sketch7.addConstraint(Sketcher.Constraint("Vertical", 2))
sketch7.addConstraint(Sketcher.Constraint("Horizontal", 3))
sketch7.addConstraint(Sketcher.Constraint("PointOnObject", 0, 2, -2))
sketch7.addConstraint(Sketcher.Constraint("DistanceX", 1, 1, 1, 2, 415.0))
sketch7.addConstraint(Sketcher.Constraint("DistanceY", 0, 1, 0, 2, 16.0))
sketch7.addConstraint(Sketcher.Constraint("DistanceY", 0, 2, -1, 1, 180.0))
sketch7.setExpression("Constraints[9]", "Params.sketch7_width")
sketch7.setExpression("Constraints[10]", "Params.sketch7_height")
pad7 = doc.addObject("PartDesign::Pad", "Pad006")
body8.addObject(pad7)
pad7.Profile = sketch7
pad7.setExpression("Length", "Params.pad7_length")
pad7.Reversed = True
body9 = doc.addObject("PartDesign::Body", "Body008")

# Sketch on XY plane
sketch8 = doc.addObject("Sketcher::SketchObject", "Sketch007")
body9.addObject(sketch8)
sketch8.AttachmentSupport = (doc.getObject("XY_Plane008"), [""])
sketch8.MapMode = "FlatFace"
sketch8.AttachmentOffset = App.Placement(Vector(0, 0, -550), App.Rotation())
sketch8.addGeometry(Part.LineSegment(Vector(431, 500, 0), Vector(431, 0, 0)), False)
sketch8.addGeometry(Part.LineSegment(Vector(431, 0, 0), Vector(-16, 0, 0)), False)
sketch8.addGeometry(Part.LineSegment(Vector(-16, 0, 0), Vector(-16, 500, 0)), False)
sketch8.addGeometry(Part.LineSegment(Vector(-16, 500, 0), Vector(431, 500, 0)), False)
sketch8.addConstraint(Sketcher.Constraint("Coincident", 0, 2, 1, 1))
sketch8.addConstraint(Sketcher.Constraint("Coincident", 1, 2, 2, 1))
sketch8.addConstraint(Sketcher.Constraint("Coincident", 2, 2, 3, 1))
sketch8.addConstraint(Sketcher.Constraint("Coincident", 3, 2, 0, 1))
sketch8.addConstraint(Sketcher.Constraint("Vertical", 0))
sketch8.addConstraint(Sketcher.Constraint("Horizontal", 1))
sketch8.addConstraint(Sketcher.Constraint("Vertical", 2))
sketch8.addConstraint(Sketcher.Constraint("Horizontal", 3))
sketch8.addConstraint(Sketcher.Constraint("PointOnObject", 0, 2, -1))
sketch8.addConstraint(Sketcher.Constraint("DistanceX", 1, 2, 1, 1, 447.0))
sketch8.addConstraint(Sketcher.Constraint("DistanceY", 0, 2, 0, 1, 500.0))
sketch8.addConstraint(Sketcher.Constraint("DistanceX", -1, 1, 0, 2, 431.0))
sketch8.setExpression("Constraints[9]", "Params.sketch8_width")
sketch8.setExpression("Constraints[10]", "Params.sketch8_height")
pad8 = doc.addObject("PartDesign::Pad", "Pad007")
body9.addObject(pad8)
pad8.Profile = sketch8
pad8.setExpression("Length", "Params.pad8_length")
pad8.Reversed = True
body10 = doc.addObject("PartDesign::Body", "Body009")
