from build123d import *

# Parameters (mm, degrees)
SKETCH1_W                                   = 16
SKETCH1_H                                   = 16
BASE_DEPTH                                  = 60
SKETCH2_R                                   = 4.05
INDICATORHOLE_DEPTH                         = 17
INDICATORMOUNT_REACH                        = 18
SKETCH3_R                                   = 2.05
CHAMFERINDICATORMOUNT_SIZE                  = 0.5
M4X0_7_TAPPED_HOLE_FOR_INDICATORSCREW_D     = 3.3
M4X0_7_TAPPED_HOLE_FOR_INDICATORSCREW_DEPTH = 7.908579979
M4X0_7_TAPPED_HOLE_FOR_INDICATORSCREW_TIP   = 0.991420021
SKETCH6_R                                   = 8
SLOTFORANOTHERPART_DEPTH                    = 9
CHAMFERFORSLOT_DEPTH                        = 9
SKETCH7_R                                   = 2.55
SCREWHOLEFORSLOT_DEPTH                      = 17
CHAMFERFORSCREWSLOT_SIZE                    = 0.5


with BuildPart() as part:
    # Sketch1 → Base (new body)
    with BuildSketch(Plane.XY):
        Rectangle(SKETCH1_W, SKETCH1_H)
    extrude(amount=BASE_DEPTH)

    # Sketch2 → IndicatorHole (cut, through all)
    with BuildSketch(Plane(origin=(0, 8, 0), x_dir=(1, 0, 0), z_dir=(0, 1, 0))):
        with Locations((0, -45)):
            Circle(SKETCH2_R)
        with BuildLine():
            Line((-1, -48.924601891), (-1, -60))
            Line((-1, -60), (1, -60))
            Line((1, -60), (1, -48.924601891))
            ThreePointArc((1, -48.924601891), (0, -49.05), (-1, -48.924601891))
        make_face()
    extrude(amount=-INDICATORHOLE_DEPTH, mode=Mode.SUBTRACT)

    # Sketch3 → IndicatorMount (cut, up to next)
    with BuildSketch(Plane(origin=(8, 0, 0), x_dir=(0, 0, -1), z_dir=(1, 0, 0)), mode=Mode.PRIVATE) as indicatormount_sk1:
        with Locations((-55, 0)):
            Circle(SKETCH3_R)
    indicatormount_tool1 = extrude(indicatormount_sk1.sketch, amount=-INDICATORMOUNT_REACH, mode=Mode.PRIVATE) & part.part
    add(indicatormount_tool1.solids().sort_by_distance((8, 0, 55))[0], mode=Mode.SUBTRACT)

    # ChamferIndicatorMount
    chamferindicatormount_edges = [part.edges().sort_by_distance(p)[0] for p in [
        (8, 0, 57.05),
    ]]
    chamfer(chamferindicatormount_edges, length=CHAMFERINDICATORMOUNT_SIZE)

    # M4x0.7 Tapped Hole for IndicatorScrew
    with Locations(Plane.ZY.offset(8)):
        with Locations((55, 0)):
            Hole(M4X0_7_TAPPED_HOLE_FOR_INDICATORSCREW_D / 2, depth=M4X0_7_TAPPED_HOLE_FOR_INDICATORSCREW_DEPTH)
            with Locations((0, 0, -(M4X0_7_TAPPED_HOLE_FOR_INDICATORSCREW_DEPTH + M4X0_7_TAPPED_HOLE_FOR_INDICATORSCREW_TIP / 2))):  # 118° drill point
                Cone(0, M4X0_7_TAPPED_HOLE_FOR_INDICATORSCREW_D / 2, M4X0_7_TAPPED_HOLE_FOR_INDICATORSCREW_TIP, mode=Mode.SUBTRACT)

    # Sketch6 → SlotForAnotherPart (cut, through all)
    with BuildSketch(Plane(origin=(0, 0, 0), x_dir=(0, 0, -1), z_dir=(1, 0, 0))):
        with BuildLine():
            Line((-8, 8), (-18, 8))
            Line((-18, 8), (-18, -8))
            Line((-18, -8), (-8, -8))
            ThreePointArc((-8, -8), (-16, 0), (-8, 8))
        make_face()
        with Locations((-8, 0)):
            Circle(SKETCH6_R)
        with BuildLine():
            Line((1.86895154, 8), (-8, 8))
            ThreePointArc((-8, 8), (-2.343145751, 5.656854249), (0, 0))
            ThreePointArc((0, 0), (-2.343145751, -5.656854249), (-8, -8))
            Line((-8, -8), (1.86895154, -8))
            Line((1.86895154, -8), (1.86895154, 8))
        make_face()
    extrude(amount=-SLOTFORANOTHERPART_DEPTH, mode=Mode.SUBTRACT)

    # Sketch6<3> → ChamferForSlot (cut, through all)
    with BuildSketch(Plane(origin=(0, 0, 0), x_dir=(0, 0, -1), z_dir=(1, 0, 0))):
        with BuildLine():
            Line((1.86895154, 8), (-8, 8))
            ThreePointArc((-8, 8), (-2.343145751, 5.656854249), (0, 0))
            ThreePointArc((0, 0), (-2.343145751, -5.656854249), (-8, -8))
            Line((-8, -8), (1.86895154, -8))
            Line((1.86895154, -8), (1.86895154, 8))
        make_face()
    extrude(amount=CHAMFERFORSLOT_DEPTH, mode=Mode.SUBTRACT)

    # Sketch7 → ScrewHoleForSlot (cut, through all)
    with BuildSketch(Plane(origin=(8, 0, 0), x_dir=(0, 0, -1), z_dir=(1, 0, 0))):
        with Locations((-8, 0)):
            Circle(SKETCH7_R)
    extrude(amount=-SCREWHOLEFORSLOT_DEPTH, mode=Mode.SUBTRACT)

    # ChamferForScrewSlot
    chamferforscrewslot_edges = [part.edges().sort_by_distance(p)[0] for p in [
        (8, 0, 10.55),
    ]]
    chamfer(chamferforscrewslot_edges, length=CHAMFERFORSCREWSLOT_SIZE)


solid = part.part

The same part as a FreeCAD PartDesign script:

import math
import FreeCAD as App
import Part
import Sketcher


def edges_at(feature, points):
    """Names of the edges that pass closest to the given points."""
    edges = feature.Shape.Edges
    near = lambda p: min(range(len(edges)), key=lambda i: edges[i].distToShape(Part.Vertex(*p))[0])
    return sorted({f"Edge{near(p) + 1}" for p in points})

doc = App.newDocument("Part")
body = doc.addObject("PartDesign::Body", "Body")

sketch1 = body.newObject("Sketcher::SketchObject", "Sketch")
sketch1.AttachmentSupport = (doc.getObject("XY_Plane"), [""])
sketch1.MapMode = "FlatFace"
sketch1.addGeometry([
    Part.LineSegment(App.Vector(-8, 8, 0), App.Vector(-8, -8, 0)),
    Part.LineSegment(App.Vector(-8, -8, 0), App.Vector(8, -8, 0)),
    Part.LineSegment(App.Vector(8, -8, 0), App.Vector(8, 8, 0)),
    Part.LineSegment(App.Vector(8, 8, 0), App.Vector(-8, 8, 0)),
], False)
sketch1.addConstraint([
    Sketcher.Constraint("Coincident", 0, 2, 1, 1),
    Sketcher.Constraint("Coincident", 1, 2, 2, 1),
    Sketcher.Constraint("Coincident", 2, 2, 3, 1),
    Sketcher.Constraint("Coincident", 3, 2, 0, 1),
    Sketcher.Constraint("Vertical", 0),
    Sketcher.Constraint("Horizontal", 1),
    Sketcher.Constraint("Vertical", 2),
    Sketcher.Constraint("Horizontal", 3),
    Sketcher.Constraint("Symmetric", 0, 2, 2, 2, -1, 1),
    Sketcher.Constraint("Equal", 3, 0),
    Sketcher.Constraint("DistanceX", 1, 1, 1, 2, 16.0),
])
pad1 = body.newObject("PartDesign::Pad", "Pad")
pad1.Profile = sketch1
pad1.Length = 60

sketch2 = body.newObject("Sketcher::SketchObject", "Sketch001")
sketch2.AttachmentSupport = (doc.getObject("XZ_Plane"), [""])
sketch2.MapMode = "FlatFace"
sketch2.AttachmentOffset = App.Placement(App.Vector(0, 0, -8), App.Rotation())
sketch2.addGeometry([
    Part.LineSegment(App.Vector(-1, 48.9, 0), App.Vector(-1, 60, 0)),
    Part.LineSegment(App.Vector(-1, 60, 0), App.Vector(1, 60, 0)),
    Part.LineSegment(App.Vector(1, 60, 0), App.Vector(1, 48.9, 0)),
    Part.ArcOfCircle(Part.Circle(App.Vector(0, 45, 0), App.Vector(0, 0, 1), 4), math.radians(104), math.radians(436)),
], False)
sketch2.addConstraint([
    Sketcher.Constraint("Coincident", 0, 2, 1, 1),
    Sketcher.Constraint("Coincident", 1, 2, 2, 1),
    Sketcher.Constraint("Coincident", 2, 2, 3, 2),
    Sketcher.Constraint("Coincident", 3, 1, 0, 1),
    Sketcher.Constraint("Vertical", 0),
    Sketcher.Constraint("Horizontal", 1),
    Sketcher.Constraint("Vertical", 2),
    Sketcher.Constraint("Symmetric", 2, 2, 3, 1, -2),
    Sketcher.Constraint("DistanceX", 1, 1, 1, 2, 2.0),
    Sketcher.Constraint("Radius", 3, 4.05),
    Sketcher.Constraint("DistanceY", -1, 1, 3, 3, 45.0),
    Sketcher.Constraint("DistanceY", -1, 1, 0, 2, 60.0),
])
pocket1 = body.newObject("PartDesign::Pocket", "Pocket")
pocket1.Profile = sketch2
pocket1.Type = "ThroughAll"
pocket1.Reversed = True

sketch3 = body.newObject("Sketcher::SketchObject", "Sketch002")
sketch3.AttachmentSupport = (doc.getObject("YZ_Plane"), [""])
sketch3.MapMode = "FlatFace"
sketch3.AttachmentOffset = App.Placement(App.Vector(0, 0, 8), App.Rotation())
sketch3.addGeometry(Part.Circle(App.Vector(0, 55, 0), App.Vector(0, 0, 1), 2), False)
sketch3.addConstraint([
    Sketcher.Constraint("PointOnObject", 0, 3, -2),
    Sketcher.Constraint("Diameter", 0, 4.1),
    Sketcher.Constraint("DistanceY", -1, 1, 0, 3, 55.0),
])
pocket2 = body.newObject("PartDesign::Pocket", "Pocket001")
pocket2.Profile = sketch3
pocket2.Type = "UpToFirst"
doc.recompute()

chamfer = body.newObject("PartDesign::Chamfer", "Chamfer")
chamfer.Base = (pocket2, edges_at(pocket2, [(8, 0, 57.05)]))
chamfer.Size = 0.5

sketch4 = body.newObject("Sketcher::SketchObject", "Sketch003")
sketch4.AttachmentSupport = (doc.getObject("YZ_Plane"), [""])
sketch4.MapMode = "FlatFace"
sketch4.AttachmentOffset = App.Placement(App.Vector(0, 0, -8), App.Rotation())
sketch4.addGeometry(Part.Circle(App.Vector(0, 55, 0), App.Vector(0, 0, 1), 1.6), False)
sketch4.addConstraint([
    Sketcher.Constraint("PointOnObject", 0, 3, -2),
    Sketcher.Constraint("Diameter", 0, 3.3),
    Sketcher.Constraint("DistanceY", -1, 1, 0, 3, 55.0),
])
doc.recompute()
hole = body.newObject("PartDesign::Hole", "Hole")
hole.Profile = sketch4
hole.ThreadType = "None"
hole.Diameter = 3.3
hole.DepthType = "Dimension"
hole.Depth = 7.90858
hole.DrillPoint = "Angled"
hole.DrillPointAngle = 118
hole.Reversed = True

sketch5 = body.newObject("Sketcher::SketchObject", "Sketch004")
sketch5.AttachmentSupport = (doc.getObject("YZ_Plane"), [""])
sketch5.MapMode = "FlatFace"
sketch5.addGeometry([
    Part.LineSegment(App.Vector(8, 18, 0), App.Vector(-8, 18, 0)),
    Part.LineSegment(App.Vector(-8, 18, 0), App.Vector(-8, -2, 0)),
    Part.LineSegment(App.Vector(-8, -2, 0), App.Vector(8, -2, 0)),
    Part.LineSegment(App.Vector(8, -2, 0), App.Vector(8, 18, 0)),
], False)
sketch5.addConstraint([
    Sketcher.Constraint("Coincident", 0, 2, 1, 1),
    Sketcher.Constraint("Coincident", 1, 2, 2, 1),
    Sketcher.Constraint("Coincident", 2, 2, 3, 1),
    Sketcher.Constraint("Coincident", 3, 2, 0, 1),
    Sketcher.Constraint("Horizontal", 0),
    Sketcher.Constraint("Vertical", 1),
    Sketcher.Constraint("Horizontal", 2),
    Sketcher.Constraint("Vertical", 3),
    Sketcher.Constraint("DistanceX", 0, 2, 0, 1, 16.0),
    Sketcher.Constraint("DistanceX", 0, 2, -1, 1, 8.0),
    Sketcher.Constraint("DistanceY", -1, 1, 0, 2, 18.0),
    Sketcher.Constraint("DistanceY", 1, 2, 1, 1, 19.868952),
])
pocket3 = body.newObject("PartDesign::Pocket", "Pocket002")
pocket3.Profile = sketch5
pocket3.Type = "ThroughAll"

sketch6 = body.newObject("Sketcher::SketchObject", "Sketch005")
sketch6.AttachmentSupport = (doc.getObject("YZ_Plane"), [""])
sketch6.MapMode = "FlatFace"
sketch6.addGeometry([
    Part.LineSegment(App.Vector(8, -2, 0), App.Vector(8, 8, 0)),
    Part.ArcOfCircle(Part.Circle(App.Vector(0, 8, 0), App.Vector(0, 0, 1), 8), math.radians(-90), math.radians(0)),
    Part.ArcOfCircle(Part.Circle(App.Vector(0, 8, 0), App.Vector(0, 0, 1), 8), math.radians(-180), math.radians(-90)),
    Part.LineSegment(App.Vector(-8, 8, 0), App.Vector(-8, -2, 0)),
    Part.LineSegment(App.Vector(-8, -2, 0), App.Vector(8, -2, 0)),
], False)
sketch6.addConstraint([
    Sketcher.Constraint("Tangent", 0, 2, 1, 2),
    Sketcher.Constraint("Tangent", 1, 1, 2, 2),
    Sketcher.Constraint("Tangent", 2, 1, 3, 1),
    Sketcher.Constraint("Coincident", 3, 2, 4, 1),
    Sketcher.Constraint("Coincident", 4, 2, 0, 1),
    Sketcher.Constraint("Vertical", 0),
    Sketcher.Constraint("Vertical", 3),
    Sketcher.Constraint("Horizontal", 4),
    Sketcher.Constraint("Coincident", 1, 1, -1, 1),
    Sketcher.Constraint("Equal", 1, 2),
    Sketcher.Constraint("PointOnObject", 1, 3, -2),
    Sketcher.Constraint("Radius", 1, 8.0),
    Sketcher.Constraint("DistanceY", 0, 1, 0, 2, 9.868952),
])
pocket4 = body.newObject("PartDesign::Pocket", "Pocket003")
pocket4.Profile = sketch6
pocket4.Type = "ThroughAll"
pocket4.Reversed = True

sketch7 = body.newObject("Sketcher::SketchObject", "Sketch006")
sketch7.AttachmentSupport = (doc.getObject("YZ_Plane"), [""])
sketch7.MapMode = "FlatFace"
sketch7.AttachmentOffset = App.Placement(App.Vector(0, 0, 8), App.Rotation())
sketch7.addGeometry(Part.Circle(App.Vector(0, 8, 0), App.Vector(0, 0, 1), 2.5), False)
sketch7.addConstraint([
    Sketcher.Constraint("PointOnObject", 0, 3, -2),
    Sketcher.Constraint("Diameter", 0, 5.1),
    Sketcher.Constraint("DistanceY", -1, 1, 0, 3, 8.0),
])
pocket5 = body.newObject("PartDesign::Pocket", "Pocket004")
pocket5.Profile = sketch7
pocket5.Type = "ThroughAll"
doc.recompute()

chamfer2 = body.newObject("PartDesign::Chamfer", "Chamfer001")
chamfer2.Base = (pocket5, edges_at(pocket5, [(8, 0, 10.55)]))
chamfer2.Size = 0.5

doc.recompute()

— Assigned task —
Over the whole listing above, how many lines contain the string "Locations"? The answer is that number alone.

— Answer box —
7